You don't have to say "which" forums to Lift. Just say 1000s of drivers and multiple Forums that you frequently post on for "both Lift and Uber". You can also say that you were considering quitting for Uber (or have quit) because you liked the Lift Platform better but you now think you have made a big mistake.

And if you don't get compensation from Lift for this, let us know and all of us will support you. Give Lift a chance first to resolve this.


----------



## chi1cabby (May 28, 2014)

http://www.reddit.com/r/Lyft/

Facebook pages:
*Freedom to Speak Drivers Board (Unfiltered and No Big Brother, Secret Group, 99 members)*
*That's mostly AZ drivers.*

*Lyft Love (closed group, 1225 members)*

*If you wanna join em, lemme know, I'll add you as a member through your FB account.*


----------



## puber (Aug 31, 2014)

You are in an illegal business. That's why you drive for "donations".
Think of many other ways you can get screwed doing this!
You're lucky she didn't rape you or steal your wallet


----------



## ElectroFuzz (Jun 10, 2014)

Linus said:


> I contacted Lyft and vented and said I demanded that her account be terminated but I doubt she'll be affected in any way.

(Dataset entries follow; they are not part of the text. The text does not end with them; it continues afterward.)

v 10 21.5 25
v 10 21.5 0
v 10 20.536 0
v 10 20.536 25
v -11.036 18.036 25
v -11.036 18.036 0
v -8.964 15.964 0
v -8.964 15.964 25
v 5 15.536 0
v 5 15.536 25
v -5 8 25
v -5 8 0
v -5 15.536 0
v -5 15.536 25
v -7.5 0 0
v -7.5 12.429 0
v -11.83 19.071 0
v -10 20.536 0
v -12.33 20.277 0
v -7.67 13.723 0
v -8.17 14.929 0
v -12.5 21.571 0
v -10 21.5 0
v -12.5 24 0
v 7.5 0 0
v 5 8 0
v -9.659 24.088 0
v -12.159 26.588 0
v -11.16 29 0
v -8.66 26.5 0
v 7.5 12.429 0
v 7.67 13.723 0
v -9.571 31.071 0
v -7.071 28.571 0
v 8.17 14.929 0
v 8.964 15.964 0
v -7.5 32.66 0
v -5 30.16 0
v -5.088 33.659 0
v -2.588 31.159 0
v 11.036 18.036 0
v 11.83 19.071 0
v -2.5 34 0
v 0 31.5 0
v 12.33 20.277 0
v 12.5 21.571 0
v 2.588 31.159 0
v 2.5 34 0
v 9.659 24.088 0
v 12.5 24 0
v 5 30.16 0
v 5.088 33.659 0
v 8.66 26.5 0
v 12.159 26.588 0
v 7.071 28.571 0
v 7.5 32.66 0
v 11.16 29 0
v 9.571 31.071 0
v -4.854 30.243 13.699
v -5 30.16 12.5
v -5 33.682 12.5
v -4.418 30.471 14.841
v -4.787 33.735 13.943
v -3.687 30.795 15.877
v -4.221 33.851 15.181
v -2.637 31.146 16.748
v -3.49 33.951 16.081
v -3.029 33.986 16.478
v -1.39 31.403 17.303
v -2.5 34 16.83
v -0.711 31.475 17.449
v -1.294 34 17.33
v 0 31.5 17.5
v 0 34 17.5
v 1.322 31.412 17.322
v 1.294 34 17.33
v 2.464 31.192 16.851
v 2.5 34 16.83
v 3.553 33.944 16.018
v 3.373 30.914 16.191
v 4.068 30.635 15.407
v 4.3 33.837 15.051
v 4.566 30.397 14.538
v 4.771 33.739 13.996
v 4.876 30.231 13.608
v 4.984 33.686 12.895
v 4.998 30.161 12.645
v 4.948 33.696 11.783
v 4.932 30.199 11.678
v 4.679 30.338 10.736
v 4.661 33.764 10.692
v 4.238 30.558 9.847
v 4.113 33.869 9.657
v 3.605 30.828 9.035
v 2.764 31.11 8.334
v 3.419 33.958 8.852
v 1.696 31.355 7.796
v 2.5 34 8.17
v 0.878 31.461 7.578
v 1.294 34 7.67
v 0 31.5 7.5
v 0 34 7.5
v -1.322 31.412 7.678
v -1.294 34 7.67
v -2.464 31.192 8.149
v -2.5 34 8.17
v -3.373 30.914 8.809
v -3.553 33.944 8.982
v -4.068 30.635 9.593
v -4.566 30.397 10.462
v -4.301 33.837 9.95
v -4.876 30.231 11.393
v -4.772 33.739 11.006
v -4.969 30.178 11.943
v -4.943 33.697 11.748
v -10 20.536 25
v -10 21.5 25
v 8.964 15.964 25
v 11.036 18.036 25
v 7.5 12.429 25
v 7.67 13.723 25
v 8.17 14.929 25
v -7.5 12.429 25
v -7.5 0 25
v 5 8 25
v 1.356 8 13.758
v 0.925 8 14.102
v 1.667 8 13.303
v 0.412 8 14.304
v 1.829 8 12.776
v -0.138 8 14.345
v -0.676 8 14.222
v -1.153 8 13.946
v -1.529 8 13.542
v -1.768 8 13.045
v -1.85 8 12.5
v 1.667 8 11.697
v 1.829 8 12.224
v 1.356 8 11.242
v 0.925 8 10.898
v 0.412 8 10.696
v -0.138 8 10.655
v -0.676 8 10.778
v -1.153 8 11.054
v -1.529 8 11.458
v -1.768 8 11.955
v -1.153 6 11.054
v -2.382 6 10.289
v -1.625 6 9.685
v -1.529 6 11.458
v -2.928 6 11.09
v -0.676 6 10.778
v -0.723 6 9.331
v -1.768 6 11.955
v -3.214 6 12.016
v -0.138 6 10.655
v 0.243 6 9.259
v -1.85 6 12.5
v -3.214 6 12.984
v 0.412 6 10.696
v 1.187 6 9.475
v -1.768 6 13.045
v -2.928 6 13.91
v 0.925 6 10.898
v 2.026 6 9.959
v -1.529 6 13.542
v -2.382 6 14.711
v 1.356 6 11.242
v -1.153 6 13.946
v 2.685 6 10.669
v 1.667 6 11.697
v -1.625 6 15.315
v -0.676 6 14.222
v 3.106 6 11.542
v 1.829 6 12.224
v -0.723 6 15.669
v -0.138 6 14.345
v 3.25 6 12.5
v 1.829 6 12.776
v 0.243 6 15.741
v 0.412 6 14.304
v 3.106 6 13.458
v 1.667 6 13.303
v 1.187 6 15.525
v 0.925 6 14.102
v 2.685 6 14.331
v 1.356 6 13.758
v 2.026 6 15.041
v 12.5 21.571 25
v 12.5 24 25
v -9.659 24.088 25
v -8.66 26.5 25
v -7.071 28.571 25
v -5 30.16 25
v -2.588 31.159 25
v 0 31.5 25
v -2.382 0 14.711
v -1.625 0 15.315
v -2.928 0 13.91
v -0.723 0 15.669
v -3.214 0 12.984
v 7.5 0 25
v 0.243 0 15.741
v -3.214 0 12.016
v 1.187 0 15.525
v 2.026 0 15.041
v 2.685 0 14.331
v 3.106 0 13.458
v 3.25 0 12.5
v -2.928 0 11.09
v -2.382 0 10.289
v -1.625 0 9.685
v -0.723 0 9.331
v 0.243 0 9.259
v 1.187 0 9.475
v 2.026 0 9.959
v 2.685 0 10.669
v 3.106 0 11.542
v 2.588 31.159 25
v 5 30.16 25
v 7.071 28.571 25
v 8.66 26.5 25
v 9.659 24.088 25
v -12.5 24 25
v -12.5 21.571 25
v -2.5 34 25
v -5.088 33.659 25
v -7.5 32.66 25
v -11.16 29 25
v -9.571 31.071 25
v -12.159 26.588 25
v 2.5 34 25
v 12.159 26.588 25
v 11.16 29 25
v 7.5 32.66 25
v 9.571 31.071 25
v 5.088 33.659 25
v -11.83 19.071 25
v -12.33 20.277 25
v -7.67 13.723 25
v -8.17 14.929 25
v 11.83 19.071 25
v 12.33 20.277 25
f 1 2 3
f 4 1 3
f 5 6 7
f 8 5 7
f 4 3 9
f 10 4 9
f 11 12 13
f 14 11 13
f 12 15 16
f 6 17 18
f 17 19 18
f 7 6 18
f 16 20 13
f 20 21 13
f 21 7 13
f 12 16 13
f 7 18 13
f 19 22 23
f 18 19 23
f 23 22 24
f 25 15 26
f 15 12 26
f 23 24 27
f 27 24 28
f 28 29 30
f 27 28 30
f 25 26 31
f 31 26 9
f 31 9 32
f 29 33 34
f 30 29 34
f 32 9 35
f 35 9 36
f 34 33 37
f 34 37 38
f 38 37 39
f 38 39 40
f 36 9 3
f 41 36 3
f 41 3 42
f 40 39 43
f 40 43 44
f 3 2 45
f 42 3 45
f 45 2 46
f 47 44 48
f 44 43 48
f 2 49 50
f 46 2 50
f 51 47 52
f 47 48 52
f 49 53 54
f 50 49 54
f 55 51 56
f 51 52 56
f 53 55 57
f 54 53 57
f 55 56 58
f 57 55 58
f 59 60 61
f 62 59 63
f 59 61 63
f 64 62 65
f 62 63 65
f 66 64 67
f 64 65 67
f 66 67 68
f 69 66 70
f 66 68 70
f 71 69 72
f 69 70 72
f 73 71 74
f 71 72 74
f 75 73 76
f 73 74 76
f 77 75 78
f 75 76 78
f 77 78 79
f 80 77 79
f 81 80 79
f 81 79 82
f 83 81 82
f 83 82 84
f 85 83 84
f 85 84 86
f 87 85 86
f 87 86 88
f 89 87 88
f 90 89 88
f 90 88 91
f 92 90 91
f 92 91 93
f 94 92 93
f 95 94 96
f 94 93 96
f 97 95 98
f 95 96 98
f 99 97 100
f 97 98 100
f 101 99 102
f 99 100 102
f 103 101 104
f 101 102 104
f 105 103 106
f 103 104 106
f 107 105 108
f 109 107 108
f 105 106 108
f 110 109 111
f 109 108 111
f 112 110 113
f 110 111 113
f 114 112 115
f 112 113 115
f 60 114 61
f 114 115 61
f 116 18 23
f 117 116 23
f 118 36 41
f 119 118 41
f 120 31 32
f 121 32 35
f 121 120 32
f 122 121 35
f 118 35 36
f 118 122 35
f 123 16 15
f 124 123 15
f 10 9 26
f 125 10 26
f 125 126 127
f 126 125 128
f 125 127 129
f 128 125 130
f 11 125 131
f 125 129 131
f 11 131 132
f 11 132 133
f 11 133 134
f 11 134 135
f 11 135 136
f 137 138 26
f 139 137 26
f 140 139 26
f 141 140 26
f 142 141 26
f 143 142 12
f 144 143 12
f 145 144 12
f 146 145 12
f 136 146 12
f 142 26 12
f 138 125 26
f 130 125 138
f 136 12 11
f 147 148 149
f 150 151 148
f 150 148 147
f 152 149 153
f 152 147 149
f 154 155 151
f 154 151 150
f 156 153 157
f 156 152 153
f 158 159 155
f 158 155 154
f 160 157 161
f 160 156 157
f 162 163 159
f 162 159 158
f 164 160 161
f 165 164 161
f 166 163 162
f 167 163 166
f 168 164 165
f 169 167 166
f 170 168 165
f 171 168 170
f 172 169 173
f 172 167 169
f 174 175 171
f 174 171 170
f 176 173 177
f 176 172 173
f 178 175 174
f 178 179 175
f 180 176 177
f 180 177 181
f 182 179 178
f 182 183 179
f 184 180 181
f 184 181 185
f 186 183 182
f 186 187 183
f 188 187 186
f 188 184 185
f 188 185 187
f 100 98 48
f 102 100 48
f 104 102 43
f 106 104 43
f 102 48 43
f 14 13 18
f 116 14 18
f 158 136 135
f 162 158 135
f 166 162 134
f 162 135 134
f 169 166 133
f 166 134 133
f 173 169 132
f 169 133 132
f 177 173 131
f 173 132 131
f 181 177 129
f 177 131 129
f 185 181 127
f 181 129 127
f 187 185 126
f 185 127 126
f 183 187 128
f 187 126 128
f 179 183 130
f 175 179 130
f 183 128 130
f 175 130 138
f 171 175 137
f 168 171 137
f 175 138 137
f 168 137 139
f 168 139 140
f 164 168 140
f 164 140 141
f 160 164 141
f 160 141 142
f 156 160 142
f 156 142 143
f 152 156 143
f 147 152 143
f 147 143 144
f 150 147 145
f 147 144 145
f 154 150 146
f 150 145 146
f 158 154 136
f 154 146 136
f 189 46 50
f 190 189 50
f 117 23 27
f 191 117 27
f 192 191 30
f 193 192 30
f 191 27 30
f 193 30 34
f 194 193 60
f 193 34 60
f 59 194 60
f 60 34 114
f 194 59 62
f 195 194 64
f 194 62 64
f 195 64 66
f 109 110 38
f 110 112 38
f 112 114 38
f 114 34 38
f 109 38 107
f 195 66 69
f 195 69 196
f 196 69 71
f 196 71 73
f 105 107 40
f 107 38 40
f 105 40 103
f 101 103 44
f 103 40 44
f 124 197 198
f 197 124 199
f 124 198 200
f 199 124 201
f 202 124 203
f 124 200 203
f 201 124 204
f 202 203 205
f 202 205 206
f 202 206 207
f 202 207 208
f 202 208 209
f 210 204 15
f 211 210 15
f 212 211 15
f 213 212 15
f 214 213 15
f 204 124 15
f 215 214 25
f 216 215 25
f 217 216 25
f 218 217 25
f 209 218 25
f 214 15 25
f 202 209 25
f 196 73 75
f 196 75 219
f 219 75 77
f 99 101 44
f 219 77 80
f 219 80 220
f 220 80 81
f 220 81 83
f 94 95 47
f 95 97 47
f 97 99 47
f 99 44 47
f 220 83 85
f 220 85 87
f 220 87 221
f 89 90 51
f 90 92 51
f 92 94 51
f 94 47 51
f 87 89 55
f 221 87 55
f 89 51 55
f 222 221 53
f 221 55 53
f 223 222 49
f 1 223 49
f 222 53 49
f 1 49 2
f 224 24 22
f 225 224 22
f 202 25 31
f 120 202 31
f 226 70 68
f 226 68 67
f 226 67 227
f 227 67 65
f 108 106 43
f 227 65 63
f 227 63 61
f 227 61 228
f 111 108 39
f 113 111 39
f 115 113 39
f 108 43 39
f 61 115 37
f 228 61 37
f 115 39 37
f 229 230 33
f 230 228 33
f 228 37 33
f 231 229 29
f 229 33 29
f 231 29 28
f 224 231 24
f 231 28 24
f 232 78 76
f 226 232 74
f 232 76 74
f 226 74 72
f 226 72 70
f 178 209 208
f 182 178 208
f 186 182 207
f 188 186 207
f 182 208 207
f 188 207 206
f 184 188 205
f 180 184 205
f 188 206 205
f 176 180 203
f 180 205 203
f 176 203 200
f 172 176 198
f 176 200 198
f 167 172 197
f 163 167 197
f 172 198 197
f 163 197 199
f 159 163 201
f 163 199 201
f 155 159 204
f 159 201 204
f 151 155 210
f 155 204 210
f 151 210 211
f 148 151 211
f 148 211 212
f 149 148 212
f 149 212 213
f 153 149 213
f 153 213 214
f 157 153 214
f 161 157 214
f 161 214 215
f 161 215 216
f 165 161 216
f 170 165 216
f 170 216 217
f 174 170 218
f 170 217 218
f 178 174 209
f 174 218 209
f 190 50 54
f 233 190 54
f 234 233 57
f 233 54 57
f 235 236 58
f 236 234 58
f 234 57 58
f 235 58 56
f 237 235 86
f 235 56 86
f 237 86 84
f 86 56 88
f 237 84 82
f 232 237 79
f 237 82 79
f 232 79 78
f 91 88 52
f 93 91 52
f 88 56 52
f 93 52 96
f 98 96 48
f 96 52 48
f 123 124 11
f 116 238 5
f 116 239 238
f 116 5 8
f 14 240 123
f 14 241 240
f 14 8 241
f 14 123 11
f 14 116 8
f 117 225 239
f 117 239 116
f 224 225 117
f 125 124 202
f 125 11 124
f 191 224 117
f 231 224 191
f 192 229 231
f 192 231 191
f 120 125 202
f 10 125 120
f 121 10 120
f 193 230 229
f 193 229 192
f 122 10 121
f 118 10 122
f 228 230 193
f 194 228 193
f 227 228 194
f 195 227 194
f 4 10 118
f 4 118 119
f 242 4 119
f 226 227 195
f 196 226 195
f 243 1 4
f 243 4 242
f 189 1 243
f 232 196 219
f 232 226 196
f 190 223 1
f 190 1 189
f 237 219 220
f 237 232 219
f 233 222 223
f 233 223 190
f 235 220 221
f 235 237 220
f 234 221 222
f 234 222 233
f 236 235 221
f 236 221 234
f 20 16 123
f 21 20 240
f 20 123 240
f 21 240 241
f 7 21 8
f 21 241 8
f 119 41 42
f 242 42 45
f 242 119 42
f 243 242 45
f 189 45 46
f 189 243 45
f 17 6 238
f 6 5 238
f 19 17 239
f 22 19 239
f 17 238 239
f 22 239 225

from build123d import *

# Parameters (mm, degrees)
F1_DEPTH    = 25
F2_R        = 5
F3_R        = 3.25
F4_DEPTH    = 6
F5_R        = 1.85
F6_DEPTH    = 2
F7_R        = 5
F8_DEPTH    = 8.9
F9_T1_DEPTH = 75


# Not quite as in the source:
# - a fillet or chamfer that OpenCascade refuses, or shapes differently, is made with other operations: its cross-section is extruded or revolved along the edge and cut away or added


with BuildPart() as f1:
    # F0 (on Top) → F1 (new body)
    with BuildSketch(Plane.XY):
        Polygon((-7.5, 0), (0, 0), (7.5, 0), (7.5, 14.5), (12.5, 19.5), (12.5, 34), (0, 34), (-12.5, 34), (-12.5, 19.5), (-7.5, 14.5), align=None)
        with BuildLine():
            Line((-10, 20.5355339059), (-10, 21.5))
            ThreePointArc((-10, 21.5), (-7.0710678119, 28.5710678119), (0, 31.5))
            ThreePointArc((0, 31.5), (7.0710678119, 28.5710678119), (10, 21.5))
            Line((10, 21.5), (10, 20.5355339059))
            Line((10, 20.5355339059), (5, 15.5355339059))
            Line((5, 15.5355339059), (5, 8))
            Line((5, 8), (-5, 8))
            Line((-5, 8), (-5, 15.5355339059))
            Line((-5, 15.5355339059), (-10, 20.5355339059))
        make_face(mode=Mode.SUBTRACT)
    extrude(amount=F1_DEPTH)

    # F2
    f2_edges = [f1.edges().sort_by_distance(p)[0] for p in [
        (-12.5, 19.5, 12.5),
        (-7.5, 14.5, 12.5),
        (12.5, 19.5, 12.5),
        (7.5, 14.5, 12.5),
    ]]
    fillet(f2_edges, radius=F2_R)

    # F3 (on face) → F4 (cut)
    with BuildSketch(Plane.XZ):
        with Locations((0, 12.5)):
            Circle(F3_R)
    extrude(amount=-F4_DEPTH, mode=Mode.SUBTRACT)

    # F5 (on face) → F6 (cut)
    with BuildSketch(Plane(origin=(0, 8, 0), x_dir=(-1, 0, 0), z_dir=(0, 1, 0))):
        with Locations((0, 12.5)):
            Circle(F5_R)
    extrude(amount=-F6_DEPTH, mode=Mode.SUBTRACT)

    # F7 (on face) → F8 (cut)
    with BuildSketch(Plane(origin=(0, 34, 0), x_dir=(-1, 0, 0), z_dir=(0, 1, 0))):
        with Locations((0, 12.5)):
            Circle(F7_R)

If this was her first ride she now has a ZERO donation score.
That means she won't be able to get a ride anymore, in effect she is banned.

Unless she already had 9 rides (or more) that she paid the full fare on
her ability to get a ride is basically close to zero.

The majority of drivers have the donation score set at 90%
Check yours and make sure it's set on 90%


----------



## Uber_Suv (Aug 24, 2014)

she'll just open another account. So easy these days. What she did was despicable and deserves her house to be egged.


----------



## BeachBum (Aug 6, 2014)

Linus said:


> Has anyone else had this happen and did anything come out of it?


I live in an area that's donation only and I've been stiffed twice by lyft riders. When lyft started here they were offering 25 free rides worth up to $25 each. Business was popping for a couple of months with lyft picking up the tab for all the free rides.

Problem was, the riders were mostly high school kids and unemployed people; the type of people that would never use lyft if they had to pay for it. Somehow word got out through social networking that after your free rides ran out, you could just zero out the amount you owe and ride for free.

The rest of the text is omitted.